● **About this task**:
Only one span of the listing below should come back. It runs from the line with "f 116 59 60" through the line with "f 147 124 122", and each of its lines must be reproduced exactly.

________________________

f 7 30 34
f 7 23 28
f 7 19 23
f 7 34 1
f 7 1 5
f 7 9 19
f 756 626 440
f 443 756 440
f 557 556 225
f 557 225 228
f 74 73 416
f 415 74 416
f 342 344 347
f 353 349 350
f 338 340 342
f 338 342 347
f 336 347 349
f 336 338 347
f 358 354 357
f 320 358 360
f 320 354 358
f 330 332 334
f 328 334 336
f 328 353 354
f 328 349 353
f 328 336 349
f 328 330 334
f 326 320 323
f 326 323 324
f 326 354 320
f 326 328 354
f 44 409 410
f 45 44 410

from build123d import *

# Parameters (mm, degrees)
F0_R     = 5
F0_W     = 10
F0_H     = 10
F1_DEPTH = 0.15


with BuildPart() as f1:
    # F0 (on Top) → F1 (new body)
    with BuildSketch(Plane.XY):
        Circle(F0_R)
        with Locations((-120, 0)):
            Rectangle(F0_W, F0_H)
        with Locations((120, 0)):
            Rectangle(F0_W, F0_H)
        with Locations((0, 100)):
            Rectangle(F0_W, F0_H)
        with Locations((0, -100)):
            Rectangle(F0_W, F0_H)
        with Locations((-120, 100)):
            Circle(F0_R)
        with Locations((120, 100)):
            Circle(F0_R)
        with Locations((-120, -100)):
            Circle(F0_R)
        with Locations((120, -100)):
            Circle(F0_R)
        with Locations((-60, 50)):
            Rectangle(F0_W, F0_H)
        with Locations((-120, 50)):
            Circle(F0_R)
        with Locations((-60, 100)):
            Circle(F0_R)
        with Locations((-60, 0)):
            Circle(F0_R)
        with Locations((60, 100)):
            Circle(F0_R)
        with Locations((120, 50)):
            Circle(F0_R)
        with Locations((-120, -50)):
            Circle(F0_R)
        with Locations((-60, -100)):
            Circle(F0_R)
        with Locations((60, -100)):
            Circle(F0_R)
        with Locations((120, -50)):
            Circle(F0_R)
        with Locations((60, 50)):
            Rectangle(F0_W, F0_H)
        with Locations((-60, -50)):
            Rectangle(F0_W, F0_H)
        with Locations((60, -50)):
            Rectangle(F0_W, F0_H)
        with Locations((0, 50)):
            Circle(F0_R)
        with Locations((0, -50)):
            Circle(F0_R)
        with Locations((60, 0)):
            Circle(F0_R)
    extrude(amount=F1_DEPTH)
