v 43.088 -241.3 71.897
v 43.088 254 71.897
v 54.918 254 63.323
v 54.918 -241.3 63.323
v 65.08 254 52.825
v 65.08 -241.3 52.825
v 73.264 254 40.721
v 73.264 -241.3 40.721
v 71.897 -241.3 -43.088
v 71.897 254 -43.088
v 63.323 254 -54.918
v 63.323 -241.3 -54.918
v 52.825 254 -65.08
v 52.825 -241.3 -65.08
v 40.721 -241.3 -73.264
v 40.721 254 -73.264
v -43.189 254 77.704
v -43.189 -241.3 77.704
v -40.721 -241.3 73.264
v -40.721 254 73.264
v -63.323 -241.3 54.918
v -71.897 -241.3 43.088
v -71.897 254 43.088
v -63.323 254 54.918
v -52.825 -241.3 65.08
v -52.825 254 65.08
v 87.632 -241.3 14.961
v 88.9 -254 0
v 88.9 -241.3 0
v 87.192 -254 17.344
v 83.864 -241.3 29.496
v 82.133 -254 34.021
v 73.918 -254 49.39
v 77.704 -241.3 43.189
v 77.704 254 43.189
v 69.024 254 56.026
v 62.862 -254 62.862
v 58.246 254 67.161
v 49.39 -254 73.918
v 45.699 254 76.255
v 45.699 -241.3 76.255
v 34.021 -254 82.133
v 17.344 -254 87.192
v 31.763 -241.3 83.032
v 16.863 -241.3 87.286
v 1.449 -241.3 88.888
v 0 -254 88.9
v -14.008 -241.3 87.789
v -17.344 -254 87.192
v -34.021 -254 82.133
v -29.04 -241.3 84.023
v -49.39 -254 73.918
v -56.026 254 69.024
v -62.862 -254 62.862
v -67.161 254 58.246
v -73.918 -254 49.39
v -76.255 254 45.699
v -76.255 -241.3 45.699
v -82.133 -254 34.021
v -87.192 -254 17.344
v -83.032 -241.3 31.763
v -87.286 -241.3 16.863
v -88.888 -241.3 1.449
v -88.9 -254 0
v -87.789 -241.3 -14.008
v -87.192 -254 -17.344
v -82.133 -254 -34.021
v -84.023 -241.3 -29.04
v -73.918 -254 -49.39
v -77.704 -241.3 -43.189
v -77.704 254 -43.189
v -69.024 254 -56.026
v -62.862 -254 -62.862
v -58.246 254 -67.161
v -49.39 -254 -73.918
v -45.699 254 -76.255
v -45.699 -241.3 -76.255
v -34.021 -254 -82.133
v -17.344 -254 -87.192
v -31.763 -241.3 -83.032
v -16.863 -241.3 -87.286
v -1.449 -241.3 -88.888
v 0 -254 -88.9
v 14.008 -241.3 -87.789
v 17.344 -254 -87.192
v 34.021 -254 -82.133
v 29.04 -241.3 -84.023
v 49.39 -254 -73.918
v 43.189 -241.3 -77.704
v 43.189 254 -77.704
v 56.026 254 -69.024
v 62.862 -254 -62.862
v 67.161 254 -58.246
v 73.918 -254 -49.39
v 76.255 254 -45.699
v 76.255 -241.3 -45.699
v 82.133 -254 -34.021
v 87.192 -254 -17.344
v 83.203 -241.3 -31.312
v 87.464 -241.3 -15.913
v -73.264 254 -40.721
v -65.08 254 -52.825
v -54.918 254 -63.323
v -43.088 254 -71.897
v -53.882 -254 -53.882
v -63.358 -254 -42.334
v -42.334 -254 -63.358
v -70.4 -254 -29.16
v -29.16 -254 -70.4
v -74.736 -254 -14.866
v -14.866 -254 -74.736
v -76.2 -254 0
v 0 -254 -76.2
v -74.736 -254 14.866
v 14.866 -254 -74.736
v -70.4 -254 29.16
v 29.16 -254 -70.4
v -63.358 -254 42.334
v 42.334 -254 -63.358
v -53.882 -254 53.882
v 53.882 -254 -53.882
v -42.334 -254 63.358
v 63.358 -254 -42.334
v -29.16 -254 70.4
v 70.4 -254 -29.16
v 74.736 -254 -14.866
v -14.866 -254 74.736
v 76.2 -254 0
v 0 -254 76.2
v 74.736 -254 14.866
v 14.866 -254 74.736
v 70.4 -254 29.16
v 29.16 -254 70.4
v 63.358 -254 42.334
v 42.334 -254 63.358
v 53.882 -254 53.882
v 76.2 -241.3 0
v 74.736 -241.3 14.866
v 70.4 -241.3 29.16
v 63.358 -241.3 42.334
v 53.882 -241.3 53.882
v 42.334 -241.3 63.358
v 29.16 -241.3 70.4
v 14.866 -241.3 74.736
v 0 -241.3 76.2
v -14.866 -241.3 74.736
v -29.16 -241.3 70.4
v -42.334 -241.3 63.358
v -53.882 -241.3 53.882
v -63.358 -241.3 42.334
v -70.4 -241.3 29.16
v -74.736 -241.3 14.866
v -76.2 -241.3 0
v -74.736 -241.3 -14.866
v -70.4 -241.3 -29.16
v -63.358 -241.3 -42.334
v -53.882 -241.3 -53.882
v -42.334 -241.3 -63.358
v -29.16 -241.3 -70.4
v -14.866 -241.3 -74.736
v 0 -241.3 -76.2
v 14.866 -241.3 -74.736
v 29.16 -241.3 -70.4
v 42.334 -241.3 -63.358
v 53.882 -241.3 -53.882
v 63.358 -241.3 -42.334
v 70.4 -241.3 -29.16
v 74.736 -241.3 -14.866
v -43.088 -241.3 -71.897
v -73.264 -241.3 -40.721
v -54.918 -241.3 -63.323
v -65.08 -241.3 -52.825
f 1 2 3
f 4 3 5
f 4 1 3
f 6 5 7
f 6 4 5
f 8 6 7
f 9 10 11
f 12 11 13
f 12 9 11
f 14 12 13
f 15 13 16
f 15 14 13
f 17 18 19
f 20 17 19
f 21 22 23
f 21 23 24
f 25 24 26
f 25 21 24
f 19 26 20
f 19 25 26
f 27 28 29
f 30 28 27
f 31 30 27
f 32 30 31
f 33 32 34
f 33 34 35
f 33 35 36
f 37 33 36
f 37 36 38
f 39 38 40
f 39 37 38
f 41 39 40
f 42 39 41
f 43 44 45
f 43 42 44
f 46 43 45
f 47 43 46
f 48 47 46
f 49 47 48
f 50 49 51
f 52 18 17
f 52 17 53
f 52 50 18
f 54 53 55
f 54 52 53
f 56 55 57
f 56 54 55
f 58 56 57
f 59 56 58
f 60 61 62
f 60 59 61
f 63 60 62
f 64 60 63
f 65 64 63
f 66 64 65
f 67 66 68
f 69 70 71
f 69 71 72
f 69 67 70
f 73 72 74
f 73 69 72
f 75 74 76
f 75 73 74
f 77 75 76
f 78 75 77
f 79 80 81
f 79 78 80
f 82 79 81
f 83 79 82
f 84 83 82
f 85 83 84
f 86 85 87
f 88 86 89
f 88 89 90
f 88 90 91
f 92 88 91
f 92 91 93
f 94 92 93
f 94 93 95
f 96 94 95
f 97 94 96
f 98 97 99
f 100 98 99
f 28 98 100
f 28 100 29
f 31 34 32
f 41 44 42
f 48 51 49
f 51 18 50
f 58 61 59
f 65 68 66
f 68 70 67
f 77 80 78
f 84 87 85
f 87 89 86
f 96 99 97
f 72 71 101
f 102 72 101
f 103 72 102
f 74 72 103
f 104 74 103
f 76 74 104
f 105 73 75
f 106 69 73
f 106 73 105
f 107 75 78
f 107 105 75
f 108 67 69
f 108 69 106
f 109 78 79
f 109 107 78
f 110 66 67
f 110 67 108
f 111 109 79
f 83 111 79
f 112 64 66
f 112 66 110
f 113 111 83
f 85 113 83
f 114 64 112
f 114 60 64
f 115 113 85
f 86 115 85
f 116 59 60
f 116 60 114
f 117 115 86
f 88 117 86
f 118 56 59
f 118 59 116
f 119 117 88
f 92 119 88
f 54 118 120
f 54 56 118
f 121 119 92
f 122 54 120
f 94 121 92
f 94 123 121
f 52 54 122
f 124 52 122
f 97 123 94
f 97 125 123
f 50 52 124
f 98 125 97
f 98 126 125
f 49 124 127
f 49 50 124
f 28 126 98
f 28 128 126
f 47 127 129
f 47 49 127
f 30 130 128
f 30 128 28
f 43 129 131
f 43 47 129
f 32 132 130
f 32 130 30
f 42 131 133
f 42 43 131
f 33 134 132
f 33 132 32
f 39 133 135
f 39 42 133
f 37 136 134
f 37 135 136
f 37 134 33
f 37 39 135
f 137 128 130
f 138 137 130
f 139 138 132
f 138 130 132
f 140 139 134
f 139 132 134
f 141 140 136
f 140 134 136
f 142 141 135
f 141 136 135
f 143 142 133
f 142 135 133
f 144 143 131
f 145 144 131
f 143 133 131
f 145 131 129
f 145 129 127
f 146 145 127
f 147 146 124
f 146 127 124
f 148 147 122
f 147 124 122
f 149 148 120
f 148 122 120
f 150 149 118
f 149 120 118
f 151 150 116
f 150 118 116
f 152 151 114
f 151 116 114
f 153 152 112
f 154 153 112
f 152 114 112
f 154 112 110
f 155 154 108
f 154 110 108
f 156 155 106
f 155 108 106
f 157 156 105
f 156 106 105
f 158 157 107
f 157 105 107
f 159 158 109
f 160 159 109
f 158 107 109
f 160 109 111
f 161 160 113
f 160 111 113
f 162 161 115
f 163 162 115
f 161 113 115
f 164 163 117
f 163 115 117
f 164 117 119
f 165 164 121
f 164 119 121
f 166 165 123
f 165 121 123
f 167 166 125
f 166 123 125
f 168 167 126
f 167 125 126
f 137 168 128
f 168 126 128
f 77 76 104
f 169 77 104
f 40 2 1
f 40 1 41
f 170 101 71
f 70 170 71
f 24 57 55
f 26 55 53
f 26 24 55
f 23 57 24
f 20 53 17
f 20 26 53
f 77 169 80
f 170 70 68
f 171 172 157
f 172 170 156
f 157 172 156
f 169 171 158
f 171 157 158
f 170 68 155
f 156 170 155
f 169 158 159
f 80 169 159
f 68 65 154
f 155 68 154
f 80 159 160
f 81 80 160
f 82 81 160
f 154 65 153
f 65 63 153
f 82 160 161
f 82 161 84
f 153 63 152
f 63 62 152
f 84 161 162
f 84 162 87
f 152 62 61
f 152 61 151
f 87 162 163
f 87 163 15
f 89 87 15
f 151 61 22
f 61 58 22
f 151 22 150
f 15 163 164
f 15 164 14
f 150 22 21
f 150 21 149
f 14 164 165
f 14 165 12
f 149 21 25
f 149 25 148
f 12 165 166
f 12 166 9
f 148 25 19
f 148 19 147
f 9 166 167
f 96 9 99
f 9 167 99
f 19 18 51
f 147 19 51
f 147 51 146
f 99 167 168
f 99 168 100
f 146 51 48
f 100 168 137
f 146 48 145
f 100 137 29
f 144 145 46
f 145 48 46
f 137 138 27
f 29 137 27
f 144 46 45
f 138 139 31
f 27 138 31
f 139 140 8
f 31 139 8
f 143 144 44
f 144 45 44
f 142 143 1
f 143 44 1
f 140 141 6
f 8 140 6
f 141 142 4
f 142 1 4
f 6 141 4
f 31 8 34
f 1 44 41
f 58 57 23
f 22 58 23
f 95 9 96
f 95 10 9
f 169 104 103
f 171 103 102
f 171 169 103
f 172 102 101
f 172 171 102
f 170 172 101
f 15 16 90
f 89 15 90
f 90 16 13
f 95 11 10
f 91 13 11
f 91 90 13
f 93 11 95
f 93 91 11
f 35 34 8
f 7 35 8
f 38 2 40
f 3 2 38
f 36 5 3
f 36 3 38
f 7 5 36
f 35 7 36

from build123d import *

# Parameters (mm, degrees)
SKETCH2_R               = 88.9
SKETCH2_R_2             = 83.82
BOSS_EXTRUDE1_DEPTH     = 254
CUT_EXTRUDE1_DEPTH      = 255
CUT_EXTRUDE1_DEPTH_BACK = 255
SKETCH4_R               = 88.9
SKETCH4_R_2             = 76.2
BOSS_EXTRUDE2_DEPTH     = 12.7


with BuildPart() as part:
    # Sketch2 → Boss-Extrude1 (new body, symmetric)
    with BuildSketch(Plane(origin=(0, 0, 0), x_dir=(1, 0, 0), z_dir=(0, 1, 0))):
        Circle(SKETCH2_R)
        Circle(SKETCH2_R_2, mode=Mode.SUBTRACT)
    extrude(amount=BOSS_EXTRUDE1_DEPTH, both=True)

    # Sketch3 → Cut-Extrude1 (cut, two sides)
    with BuildSketch(Plane(origin=(0, 0, 0), x_dir=(1, 0, 0), z_dir=(0, 1, 0))) as cut_extrude1_sk:
        Polygon((169.661755759, -94.300371224), (0, 0), (169.661755759, 101.677593364), align=None)
        Polygon((0, 0), (53.900027233, 96.974944394), (-58.116685864, 96.974944394), align=None)
        Polygon((-123.741299607, 68.777140945), (-123.741299607, -74.157652604), (0, 0), align=None)
        Polygon((-65.840936026, -118.45858783), (0, 0), (70.991745134, -118.45858783), align=None)
    extrude(amount=CUT_EXTRUDE1_DEPTH, mode=Mode.SUBTRACT)
    extrude(cut_extrude1_sk.sketch, amount=-CUT_EXTRUDE1_DEPTH_BACK, mode=Mode.SUBTRACT)

    # Sketch4 → Boss-Extrude2 (add)
    with BuildSketch(Plane.XZ.offset(254)):
        Circle(SKETCH4_R)
        Circle(SKETCH4_R_2, mode=Mode.SUBTRACT)
    extrude(amount=-BOSS_EXTRUDE2_DEPTH)


solid = part.part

________________________

● **Worked solution**:
f 116 59 60
f 116 60 114
f 117 115 86
f 88 117 86
f 118 56 59
f 118 59 116
f 119 117 88
f 92 119 88
f 54 118 120
f 54 56 118
f 121 119 92
f 122 54 120
f 94 121 92
f 94 123 121
f 52 54 122
f 124 52 122
f 97 123 94
f 97 125 123
f 50 52 124
f 98 125 97
f 98 126 125
f 49 124 127
f 49 50 124
f 28 126 98
f 28 128 126
f 47 127 129
f 47 49 127
f 30 130 128
f 30 128 28
f 43 129 131
f 43 47 129
f 32 132 130
f 32 130 30
f 42 131 133
f 42 43 131
f 33 134 132
f 33 132 32
f 39 133 135
f 39 42 133
f 37 136 134
f 37 135 136
f 37 134 33
f 37 39 135
f 137 128 130
f 138 137 130
f 139 138 132
f 138 130 132
f 140 139 134
f 139 132 134
f 141 140 136
f 140 134 136
f 142 141 135
f 141 136 135
f 143 142 133
f 142 135 133
f 144 143 131
f 145 144 131
f 143 133 131
f 145 131 129
f 145 129 127
f 146 145 127
f 147 146 124
f 146 127 124
f 148 147 122
f 147 124 122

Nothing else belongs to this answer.